In the data below, find the line that contains "#79=EDGE_CURVE('',#57,#14,#78,.T.);" and the line that contains "#86=EDGE_LOOP('',(#80,#81,#84,#85));". Copy both, plus every line between them, exactly.

(Beginning of Exercise input)

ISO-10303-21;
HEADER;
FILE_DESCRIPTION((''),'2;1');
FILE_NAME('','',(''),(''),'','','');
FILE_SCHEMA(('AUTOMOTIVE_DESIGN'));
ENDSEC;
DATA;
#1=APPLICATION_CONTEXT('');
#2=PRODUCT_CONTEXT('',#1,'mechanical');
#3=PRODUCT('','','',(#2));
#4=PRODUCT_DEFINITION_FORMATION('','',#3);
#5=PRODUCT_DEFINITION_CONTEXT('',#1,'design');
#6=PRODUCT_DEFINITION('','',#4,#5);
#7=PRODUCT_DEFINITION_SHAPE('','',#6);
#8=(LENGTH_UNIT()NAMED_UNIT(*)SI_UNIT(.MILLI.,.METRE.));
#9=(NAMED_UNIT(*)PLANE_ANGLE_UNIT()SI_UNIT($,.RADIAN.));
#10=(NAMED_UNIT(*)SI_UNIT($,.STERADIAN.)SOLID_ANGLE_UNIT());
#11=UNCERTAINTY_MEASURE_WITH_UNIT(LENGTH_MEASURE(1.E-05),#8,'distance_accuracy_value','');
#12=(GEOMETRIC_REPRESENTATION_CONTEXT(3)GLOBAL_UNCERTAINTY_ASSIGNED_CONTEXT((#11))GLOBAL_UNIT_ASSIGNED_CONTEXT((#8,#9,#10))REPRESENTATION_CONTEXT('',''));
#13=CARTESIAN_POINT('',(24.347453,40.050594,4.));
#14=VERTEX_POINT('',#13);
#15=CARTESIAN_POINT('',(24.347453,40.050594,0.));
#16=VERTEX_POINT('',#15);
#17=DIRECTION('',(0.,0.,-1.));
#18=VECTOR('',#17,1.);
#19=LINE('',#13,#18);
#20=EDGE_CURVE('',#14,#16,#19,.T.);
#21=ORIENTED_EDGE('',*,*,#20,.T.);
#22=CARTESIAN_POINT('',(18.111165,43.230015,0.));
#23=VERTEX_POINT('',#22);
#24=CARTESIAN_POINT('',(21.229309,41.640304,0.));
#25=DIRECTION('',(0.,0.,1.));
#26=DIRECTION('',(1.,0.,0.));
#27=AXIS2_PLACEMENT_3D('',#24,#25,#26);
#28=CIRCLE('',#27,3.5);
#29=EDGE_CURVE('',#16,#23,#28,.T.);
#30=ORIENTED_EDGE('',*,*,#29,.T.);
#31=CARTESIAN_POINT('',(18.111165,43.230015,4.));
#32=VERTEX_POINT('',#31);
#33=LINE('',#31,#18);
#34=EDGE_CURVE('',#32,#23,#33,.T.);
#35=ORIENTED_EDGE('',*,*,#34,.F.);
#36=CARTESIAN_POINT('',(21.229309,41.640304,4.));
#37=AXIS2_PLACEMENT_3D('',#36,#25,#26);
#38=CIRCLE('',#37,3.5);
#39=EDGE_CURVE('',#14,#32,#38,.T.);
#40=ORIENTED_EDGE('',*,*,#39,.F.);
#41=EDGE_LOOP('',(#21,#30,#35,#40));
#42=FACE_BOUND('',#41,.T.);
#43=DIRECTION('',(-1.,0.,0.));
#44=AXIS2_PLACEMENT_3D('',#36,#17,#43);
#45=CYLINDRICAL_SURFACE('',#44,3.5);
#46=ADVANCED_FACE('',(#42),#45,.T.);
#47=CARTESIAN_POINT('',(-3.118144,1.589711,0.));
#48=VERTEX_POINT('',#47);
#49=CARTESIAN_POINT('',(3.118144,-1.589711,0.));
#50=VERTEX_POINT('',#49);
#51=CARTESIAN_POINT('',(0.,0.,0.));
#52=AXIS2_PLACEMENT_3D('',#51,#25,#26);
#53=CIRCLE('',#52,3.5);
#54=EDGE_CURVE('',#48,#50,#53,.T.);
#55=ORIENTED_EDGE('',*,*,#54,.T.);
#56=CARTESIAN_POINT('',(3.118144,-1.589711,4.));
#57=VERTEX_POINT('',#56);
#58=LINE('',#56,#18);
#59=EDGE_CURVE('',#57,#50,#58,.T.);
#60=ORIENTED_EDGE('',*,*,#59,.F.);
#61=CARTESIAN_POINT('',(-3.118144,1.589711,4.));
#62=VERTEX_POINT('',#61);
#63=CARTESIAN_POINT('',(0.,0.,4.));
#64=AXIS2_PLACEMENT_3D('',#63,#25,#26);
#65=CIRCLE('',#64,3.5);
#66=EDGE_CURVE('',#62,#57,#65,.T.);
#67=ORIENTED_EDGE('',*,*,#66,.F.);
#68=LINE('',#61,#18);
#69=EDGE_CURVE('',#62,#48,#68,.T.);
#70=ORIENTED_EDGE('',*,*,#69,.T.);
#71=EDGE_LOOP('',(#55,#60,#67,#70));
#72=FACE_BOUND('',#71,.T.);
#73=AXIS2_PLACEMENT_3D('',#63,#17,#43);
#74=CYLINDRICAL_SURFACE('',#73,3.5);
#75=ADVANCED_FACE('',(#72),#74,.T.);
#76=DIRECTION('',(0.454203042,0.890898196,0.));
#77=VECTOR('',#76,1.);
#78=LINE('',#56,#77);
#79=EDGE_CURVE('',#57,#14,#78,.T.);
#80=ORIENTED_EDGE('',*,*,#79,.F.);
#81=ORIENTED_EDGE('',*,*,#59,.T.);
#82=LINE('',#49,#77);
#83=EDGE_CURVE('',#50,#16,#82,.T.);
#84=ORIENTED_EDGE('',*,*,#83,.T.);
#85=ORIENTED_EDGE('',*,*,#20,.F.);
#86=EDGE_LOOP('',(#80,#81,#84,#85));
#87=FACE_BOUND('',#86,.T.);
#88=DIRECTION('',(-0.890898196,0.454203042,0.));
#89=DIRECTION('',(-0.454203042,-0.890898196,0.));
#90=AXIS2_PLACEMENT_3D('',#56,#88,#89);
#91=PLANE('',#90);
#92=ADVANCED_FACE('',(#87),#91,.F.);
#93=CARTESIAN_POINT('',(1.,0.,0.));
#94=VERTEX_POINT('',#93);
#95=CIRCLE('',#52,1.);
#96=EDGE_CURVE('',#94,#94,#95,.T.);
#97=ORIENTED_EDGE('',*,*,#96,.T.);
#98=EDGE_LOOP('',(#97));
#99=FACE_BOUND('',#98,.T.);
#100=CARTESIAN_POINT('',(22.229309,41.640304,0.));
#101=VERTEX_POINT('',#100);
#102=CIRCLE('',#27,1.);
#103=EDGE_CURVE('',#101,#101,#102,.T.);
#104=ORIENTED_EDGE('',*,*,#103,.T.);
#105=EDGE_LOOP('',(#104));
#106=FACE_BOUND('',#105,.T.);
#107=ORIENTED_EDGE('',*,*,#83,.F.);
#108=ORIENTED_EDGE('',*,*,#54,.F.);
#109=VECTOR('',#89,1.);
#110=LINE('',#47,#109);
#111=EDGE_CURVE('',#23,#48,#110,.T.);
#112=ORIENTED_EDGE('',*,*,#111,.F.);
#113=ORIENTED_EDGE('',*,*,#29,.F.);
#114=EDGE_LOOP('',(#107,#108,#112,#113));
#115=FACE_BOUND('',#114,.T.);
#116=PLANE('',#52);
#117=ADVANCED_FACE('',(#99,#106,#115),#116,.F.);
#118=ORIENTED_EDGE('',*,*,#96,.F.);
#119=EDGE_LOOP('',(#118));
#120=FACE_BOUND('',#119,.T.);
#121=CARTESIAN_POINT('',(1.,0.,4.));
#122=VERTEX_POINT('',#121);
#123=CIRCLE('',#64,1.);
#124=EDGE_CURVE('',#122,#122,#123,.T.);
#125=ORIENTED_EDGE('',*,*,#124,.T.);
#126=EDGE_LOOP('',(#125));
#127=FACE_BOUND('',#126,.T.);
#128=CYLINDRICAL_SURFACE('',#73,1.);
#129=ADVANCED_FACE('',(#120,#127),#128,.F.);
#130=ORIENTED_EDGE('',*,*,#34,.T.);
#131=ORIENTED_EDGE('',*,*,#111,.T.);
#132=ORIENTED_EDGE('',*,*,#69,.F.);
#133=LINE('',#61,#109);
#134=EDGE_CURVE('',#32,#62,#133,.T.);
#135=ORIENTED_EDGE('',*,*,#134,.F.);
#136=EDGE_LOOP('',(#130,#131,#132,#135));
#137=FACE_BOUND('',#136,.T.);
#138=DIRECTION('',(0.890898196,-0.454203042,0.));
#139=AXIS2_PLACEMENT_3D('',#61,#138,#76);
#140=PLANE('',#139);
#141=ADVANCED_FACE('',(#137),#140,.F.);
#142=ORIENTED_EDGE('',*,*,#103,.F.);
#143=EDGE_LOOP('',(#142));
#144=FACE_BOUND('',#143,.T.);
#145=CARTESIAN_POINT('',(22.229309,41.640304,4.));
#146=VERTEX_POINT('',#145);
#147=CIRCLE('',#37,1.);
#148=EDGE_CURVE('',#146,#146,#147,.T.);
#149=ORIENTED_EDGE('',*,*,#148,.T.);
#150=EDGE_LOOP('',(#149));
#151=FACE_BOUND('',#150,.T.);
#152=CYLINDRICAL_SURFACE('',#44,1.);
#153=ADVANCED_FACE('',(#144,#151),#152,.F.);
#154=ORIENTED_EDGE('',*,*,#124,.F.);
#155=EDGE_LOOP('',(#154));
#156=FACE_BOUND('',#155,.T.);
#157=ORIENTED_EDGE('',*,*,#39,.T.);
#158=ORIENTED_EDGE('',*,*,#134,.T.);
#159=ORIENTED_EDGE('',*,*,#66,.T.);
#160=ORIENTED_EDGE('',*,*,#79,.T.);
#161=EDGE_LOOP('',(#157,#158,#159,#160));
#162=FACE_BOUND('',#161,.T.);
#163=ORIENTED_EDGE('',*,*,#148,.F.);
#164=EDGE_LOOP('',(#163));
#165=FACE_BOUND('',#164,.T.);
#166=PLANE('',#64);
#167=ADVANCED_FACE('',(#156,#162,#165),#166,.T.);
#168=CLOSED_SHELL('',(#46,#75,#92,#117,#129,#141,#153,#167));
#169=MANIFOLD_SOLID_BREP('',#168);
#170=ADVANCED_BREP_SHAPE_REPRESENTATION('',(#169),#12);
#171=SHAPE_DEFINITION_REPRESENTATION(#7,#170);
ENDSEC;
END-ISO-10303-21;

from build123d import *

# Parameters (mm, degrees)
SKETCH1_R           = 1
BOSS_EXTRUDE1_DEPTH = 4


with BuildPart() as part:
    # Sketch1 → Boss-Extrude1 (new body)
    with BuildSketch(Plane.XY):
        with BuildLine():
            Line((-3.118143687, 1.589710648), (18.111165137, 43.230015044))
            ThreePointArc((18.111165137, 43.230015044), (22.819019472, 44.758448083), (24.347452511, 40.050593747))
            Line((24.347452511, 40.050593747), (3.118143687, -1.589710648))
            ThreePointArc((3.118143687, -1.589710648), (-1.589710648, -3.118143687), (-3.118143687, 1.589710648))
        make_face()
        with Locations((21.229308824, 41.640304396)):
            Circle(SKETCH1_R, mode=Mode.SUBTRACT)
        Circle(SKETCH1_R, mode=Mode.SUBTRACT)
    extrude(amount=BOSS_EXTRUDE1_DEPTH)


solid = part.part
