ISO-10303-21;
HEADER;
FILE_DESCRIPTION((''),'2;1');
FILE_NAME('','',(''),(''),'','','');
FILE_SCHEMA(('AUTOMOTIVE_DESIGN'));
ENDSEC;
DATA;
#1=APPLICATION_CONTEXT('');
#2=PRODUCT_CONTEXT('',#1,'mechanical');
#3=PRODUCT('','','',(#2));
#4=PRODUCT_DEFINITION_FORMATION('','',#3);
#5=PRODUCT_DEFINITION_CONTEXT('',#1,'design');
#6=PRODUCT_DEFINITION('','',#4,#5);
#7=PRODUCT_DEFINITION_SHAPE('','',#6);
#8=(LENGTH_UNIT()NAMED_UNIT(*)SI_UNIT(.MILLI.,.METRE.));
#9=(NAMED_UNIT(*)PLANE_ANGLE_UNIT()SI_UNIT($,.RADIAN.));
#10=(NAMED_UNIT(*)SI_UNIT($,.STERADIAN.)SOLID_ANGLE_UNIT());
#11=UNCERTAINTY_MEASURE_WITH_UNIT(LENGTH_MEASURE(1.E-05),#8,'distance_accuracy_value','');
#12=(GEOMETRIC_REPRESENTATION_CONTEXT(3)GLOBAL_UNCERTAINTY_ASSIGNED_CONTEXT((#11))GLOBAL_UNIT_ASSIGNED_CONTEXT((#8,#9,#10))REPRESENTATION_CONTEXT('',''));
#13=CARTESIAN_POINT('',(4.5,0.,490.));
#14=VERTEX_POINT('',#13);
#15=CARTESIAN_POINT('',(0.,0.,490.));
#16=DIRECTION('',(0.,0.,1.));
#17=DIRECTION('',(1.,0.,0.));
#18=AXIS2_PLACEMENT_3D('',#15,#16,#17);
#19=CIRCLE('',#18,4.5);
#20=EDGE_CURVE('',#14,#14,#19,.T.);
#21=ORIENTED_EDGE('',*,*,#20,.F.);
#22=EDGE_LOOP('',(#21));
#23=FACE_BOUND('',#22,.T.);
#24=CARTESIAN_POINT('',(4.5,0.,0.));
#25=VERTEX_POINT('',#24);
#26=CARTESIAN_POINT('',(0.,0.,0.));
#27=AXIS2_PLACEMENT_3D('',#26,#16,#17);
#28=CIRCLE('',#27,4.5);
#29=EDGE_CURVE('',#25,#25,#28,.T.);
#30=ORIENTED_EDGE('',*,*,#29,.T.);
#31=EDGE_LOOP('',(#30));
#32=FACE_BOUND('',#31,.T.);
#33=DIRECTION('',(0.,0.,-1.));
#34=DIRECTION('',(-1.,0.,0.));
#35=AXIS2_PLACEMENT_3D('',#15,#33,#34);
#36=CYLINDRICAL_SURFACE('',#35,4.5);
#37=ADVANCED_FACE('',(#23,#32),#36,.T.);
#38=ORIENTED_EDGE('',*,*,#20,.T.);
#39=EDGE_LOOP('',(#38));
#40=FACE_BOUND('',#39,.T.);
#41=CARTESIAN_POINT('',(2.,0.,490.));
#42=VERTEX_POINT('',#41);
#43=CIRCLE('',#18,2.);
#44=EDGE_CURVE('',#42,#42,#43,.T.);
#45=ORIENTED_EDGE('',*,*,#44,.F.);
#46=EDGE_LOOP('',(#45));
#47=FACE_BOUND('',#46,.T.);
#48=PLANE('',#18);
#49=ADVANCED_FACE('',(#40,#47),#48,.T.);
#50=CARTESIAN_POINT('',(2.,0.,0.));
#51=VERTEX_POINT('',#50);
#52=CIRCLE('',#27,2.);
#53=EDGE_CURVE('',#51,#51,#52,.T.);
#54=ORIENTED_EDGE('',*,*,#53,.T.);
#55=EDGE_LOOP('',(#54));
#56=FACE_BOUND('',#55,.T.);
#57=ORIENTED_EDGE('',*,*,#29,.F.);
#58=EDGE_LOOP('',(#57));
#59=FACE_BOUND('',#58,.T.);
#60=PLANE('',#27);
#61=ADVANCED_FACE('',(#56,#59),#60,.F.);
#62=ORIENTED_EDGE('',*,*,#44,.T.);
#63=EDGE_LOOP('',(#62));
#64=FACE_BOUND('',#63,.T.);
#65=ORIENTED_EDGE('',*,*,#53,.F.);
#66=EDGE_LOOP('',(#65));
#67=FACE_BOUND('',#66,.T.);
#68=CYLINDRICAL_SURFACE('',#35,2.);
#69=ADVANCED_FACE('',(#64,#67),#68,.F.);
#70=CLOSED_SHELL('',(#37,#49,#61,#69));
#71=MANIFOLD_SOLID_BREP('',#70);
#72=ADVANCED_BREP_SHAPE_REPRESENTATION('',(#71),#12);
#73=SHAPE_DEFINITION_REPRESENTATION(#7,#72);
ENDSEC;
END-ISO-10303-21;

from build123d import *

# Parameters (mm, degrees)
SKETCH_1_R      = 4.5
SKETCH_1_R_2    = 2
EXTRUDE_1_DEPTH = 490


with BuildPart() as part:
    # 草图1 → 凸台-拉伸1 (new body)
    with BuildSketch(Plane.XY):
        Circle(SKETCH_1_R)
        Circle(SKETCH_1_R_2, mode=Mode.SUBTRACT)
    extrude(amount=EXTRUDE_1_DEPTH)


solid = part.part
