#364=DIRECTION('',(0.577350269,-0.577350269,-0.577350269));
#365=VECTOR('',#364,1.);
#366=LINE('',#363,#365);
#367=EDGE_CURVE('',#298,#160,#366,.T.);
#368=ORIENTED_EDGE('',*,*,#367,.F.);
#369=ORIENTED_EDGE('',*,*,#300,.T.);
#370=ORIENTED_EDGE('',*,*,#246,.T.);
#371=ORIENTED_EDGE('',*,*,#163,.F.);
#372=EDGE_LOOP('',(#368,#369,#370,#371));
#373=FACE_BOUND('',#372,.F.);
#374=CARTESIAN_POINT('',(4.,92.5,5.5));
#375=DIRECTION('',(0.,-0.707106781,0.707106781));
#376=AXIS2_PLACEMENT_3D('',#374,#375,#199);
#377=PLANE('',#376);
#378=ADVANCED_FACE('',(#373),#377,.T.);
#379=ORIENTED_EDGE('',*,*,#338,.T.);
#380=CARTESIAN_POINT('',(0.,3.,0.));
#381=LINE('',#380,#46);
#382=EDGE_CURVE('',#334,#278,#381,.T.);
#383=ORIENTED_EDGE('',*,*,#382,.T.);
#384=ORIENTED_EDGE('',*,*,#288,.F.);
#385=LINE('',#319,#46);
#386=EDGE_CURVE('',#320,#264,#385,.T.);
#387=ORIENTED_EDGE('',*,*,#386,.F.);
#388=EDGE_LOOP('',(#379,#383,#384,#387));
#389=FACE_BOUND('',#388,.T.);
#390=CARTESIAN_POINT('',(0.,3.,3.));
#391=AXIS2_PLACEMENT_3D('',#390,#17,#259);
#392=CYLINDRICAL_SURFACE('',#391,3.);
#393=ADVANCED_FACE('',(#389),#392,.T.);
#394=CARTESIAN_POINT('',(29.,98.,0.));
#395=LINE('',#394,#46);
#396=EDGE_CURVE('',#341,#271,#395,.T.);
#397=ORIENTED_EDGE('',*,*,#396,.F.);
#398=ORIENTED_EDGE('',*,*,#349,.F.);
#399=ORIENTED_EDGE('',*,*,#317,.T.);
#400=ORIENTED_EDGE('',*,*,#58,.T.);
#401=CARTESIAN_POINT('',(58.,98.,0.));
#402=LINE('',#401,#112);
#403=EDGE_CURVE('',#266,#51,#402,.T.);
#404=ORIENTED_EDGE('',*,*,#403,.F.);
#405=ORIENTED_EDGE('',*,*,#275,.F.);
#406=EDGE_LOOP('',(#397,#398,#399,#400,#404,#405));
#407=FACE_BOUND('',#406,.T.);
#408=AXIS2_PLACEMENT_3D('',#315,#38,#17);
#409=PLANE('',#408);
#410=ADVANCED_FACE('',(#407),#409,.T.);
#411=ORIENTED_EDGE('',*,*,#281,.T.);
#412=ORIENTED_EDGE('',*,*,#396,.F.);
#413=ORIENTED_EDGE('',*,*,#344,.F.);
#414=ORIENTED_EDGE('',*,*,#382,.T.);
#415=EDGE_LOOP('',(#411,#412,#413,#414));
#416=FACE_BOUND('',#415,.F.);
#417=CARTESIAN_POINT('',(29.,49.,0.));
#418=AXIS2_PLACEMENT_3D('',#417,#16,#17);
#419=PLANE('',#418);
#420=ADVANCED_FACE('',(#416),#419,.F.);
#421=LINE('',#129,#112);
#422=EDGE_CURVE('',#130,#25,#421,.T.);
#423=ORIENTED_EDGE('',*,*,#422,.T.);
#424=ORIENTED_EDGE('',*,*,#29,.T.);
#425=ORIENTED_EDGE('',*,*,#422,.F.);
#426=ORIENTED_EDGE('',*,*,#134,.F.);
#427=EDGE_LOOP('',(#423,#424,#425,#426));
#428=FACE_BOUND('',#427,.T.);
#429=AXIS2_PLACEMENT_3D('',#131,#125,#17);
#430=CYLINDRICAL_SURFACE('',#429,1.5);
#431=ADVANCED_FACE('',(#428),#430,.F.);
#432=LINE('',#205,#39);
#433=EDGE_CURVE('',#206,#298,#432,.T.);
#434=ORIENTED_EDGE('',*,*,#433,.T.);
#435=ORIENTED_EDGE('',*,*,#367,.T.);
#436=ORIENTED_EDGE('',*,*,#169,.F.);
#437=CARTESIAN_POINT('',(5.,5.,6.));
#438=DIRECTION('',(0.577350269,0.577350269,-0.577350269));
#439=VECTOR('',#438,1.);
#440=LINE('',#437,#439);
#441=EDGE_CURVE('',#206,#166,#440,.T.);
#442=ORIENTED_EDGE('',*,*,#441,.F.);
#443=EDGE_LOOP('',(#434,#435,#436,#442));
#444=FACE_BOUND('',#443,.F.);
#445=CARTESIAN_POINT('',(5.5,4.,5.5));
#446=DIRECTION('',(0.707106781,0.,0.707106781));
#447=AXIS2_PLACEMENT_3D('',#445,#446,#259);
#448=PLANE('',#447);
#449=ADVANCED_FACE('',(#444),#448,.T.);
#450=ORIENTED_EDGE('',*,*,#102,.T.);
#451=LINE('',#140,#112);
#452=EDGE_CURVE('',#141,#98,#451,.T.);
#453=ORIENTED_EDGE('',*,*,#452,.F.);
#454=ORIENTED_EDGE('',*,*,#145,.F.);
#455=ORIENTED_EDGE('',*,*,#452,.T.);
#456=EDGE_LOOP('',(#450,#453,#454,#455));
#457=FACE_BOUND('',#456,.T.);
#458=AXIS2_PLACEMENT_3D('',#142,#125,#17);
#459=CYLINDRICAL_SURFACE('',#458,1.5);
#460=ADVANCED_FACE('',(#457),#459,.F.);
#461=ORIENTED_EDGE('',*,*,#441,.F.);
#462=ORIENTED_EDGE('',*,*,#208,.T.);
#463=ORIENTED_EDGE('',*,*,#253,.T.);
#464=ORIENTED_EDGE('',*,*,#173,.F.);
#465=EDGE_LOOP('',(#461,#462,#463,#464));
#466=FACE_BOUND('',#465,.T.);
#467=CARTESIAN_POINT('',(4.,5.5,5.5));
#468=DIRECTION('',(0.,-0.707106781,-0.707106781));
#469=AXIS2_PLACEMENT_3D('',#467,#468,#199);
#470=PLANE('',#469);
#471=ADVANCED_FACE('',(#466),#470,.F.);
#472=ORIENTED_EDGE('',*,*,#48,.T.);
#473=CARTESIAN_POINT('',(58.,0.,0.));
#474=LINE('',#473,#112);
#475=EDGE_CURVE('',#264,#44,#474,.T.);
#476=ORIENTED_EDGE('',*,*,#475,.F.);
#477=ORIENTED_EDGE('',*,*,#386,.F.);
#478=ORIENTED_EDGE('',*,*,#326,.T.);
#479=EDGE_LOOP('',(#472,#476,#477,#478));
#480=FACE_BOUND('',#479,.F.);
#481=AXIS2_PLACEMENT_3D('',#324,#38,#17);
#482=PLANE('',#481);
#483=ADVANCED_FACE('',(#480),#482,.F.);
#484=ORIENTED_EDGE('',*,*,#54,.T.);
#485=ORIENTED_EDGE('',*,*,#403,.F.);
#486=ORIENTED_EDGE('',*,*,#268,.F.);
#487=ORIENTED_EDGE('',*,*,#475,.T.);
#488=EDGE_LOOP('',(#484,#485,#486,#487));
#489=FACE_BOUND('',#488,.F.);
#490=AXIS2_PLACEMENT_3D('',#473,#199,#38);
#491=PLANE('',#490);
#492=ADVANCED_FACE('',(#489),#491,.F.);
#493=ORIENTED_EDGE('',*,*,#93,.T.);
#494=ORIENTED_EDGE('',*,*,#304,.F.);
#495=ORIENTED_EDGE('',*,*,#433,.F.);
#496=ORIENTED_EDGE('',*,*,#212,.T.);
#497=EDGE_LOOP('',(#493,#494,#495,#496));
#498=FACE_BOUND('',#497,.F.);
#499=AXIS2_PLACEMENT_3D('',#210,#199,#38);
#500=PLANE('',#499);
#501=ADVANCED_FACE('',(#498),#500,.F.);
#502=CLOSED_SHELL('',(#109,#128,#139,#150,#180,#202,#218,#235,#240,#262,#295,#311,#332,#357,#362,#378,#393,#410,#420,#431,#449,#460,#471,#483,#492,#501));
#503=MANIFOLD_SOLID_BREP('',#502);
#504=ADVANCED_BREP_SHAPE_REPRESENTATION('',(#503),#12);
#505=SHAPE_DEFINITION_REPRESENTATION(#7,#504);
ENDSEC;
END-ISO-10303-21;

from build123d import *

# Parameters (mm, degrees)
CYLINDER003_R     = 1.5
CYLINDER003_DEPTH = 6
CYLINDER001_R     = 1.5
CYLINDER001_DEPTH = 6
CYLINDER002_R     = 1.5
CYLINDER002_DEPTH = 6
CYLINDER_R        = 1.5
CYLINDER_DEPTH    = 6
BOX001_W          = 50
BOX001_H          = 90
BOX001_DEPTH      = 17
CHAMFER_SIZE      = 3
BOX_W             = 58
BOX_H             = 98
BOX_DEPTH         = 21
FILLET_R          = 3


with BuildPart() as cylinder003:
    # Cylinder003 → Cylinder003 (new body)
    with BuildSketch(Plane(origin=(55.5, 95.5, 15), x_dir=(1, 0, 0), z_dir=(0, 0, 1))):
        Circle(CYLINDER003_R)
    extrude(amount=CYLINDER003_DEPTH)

(End of Exercise input)

* Expected answer:
#79=EDGE_CURVE('',#57,#14,#78,.T.);
#80=ORIENTED_EDGE('',*,*,#79,.F.);
#81=ORIENTED_EDGE('',*,*,#59,.T.);
#82=LINE('',#49,#77);
#83=EDGE_CURVE('',#50,#16,#82,.T.);
#84=ORIENTED_EDGE('',*,*,#83,.T.);
#85=ORIENTED_EDGE('',*,*,#20,.F.);
#86=EDGE_LOOP('',(#80,#81,#84,#85));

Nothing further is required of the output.